Selon l’Institut national du cancer (INCa), on estime à 382 000 le nombre de nouveaux cas de cancer pour l'année 2021 en France métropolitaine, 204 600 chez l’homme et 177 400 chez la femme.


Le nombre de cancer augmente t-il chaque année?

Depuis 30 ans, le nombre global de nouveaux cas de cancer en France augmente chaque année. Cela s’explique principalement par le vieillissement de la population – qui fait exploser le nombre de cancers du sein ou de la prostate – et l’amélioration des méthodes diagnostiques. Le maintien ou l’augmentation de certains comportements à risque dans la population favorise cette tendance : pour exemple, les chiffres du cancer du poumon chez les femmes augmentent depuis que le tabagisme s’est installé dans leurs habitudes.


Quel est le taux de mortalité?

À l’inverse de l’incidence, le taux de mortalité est en constante diminution depuis 25 ans. Cela s’explique par l’amélioration des traitements et des méthodes diagnostiques qui permettent de déceler les cancers à un stade plus précoce et donc plus facile à prendre en charge.


Cancer et vie professionnelle

Grâce à son Dispositif d’observation pour l’action sociale (DOPAS), la Ligue contre le cancer étudie tous les 2 ans l’impact social du cancer. La collecte 2020 s’appuie sur 2156 questionnaires et 86 recueils d’expériences.

Parmi les répondants actifs avant la maladie :

  • 44 % sont encore en arrêt maladie dont 66 % depuis plus de 6 mois ;

  • 27 % sont devenus inactifs (retraite - invalidité) dont 45 % du fait de la maladie ;

  • 23 % sont sans emploi dont 17 % ont changé de projet professionnel.

Concilier travail et traitement

84 % des personnes enquêtées ont eu au moins un arrêt maladie. La plupart des répondants se sentent dans l’incapacité de travailler pendant les traitements, du fait des douleurs, de la fatigue et des effets secondaires. Mais, pour certains, travailler est une façon de lutter contre la maladie.

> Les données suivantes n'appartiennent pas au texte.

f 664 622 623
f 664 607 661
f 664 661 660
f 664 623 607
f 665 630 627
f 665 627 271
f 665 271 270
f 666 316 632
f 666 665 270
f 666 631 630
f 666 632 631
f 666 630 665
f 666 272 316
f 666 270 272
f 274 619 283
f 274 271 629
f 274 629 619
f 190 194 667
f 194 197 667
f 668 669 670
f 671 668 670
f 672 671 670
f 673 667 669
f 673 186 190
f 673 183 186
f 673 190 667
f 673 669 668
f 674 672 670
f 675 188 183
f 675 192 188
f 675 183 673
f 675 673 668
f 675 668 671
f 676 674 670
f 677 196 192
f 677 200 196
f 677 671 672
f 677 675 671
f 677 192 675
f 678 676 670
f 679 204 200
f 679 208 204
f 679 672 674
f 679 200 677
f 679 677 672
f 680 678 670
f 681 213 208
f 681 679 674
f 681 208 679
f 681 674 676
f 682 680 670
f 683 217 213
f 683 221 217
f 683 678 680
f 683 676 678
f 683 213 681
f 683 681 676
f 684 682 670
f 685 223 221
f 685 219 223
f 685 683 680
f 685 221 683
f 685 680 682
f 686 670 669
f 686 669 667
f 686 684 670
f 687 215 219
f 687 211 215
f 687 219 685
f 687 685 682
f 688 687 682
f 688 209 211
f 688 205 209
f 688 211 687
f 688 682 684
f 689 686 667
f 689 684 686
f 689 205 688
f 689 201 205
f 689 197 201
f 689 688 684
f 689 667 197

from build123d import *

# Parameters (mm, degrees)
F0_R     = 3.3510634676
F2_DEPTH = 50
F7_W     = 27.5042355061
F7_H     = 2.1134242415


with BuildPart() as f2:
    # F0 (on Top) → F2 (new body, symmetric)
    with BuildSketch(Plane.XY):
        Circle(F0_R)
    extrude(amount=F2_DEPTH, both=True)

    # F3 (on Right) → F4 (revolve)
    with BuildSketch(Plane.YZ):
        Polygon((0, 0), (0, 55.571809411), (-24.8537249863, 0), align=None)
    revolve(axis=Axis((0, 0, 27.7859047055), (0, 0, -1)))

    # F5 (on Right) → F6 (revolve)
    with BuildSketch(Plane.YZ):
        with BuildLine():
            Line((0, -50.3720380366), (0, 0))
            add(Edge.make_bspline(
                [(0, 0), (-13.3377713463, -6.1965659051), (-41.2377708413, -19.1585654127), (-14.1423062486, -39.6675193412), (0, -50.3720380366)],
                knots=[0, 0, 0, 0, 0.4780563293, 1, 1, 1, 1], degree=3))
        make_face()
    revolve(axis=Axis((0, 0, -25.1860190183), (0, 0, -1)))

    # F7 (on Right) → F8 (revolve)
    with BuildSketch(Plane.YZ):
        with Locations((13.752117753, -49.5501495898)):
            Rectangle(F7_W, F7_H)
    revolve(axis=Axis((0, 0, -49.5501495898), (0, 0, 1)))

Pour d’autres, concilier traitements et travail est une nécessité économique. Malgré un état physique et psychologique fragile, certaines personnes sont obligées de reprendre un travail pour pouvoir faire face aux dépenses quotidiennes. C’est le cas de ménages déjà économiquement vulnérables ou de travailleurs indépendants.


Reprendre un travail, reprendre son travail

Le retour à l’emploi est marqué par une série d’interrogations pour la personne malade :

Suis-je capable de reprendre un travail compte tenu des éventuelles séquelles physiques et psychologiques ? Suis-je écoutée ? Comment trouver des informations sûres ? Quelles sont mes possibilités de retrouver mon poste ? Quels sont les dispositifs d’aide qui peuvent favoriser mon retour au travail ? Que signifie vraiment l’incapacité, l’inaptitude et l’invalidité ?

La palette des dispositifs d’aide au retour à l’emploi (temps partiel thérapeutique, visite de pré-reprise, aménagement du poste, invalidité, reconversion, etc.) est souvent confuse tant pour les personnes malades que pour les employeurs. Faute d’information et d’anticipation, la personne ne mesure pas toujours l’impact financier mais également sur sa santé.

Après s’être battues contre la maladie, les personnes atteintes d’un cancer doivent souvent entrer dans un nouveau combat : celui de retrouver leur place dans la vie active. Si plusieurs dispositifs contribuent à les accompagner dans leur retour à l’emploi, des freins subsistent.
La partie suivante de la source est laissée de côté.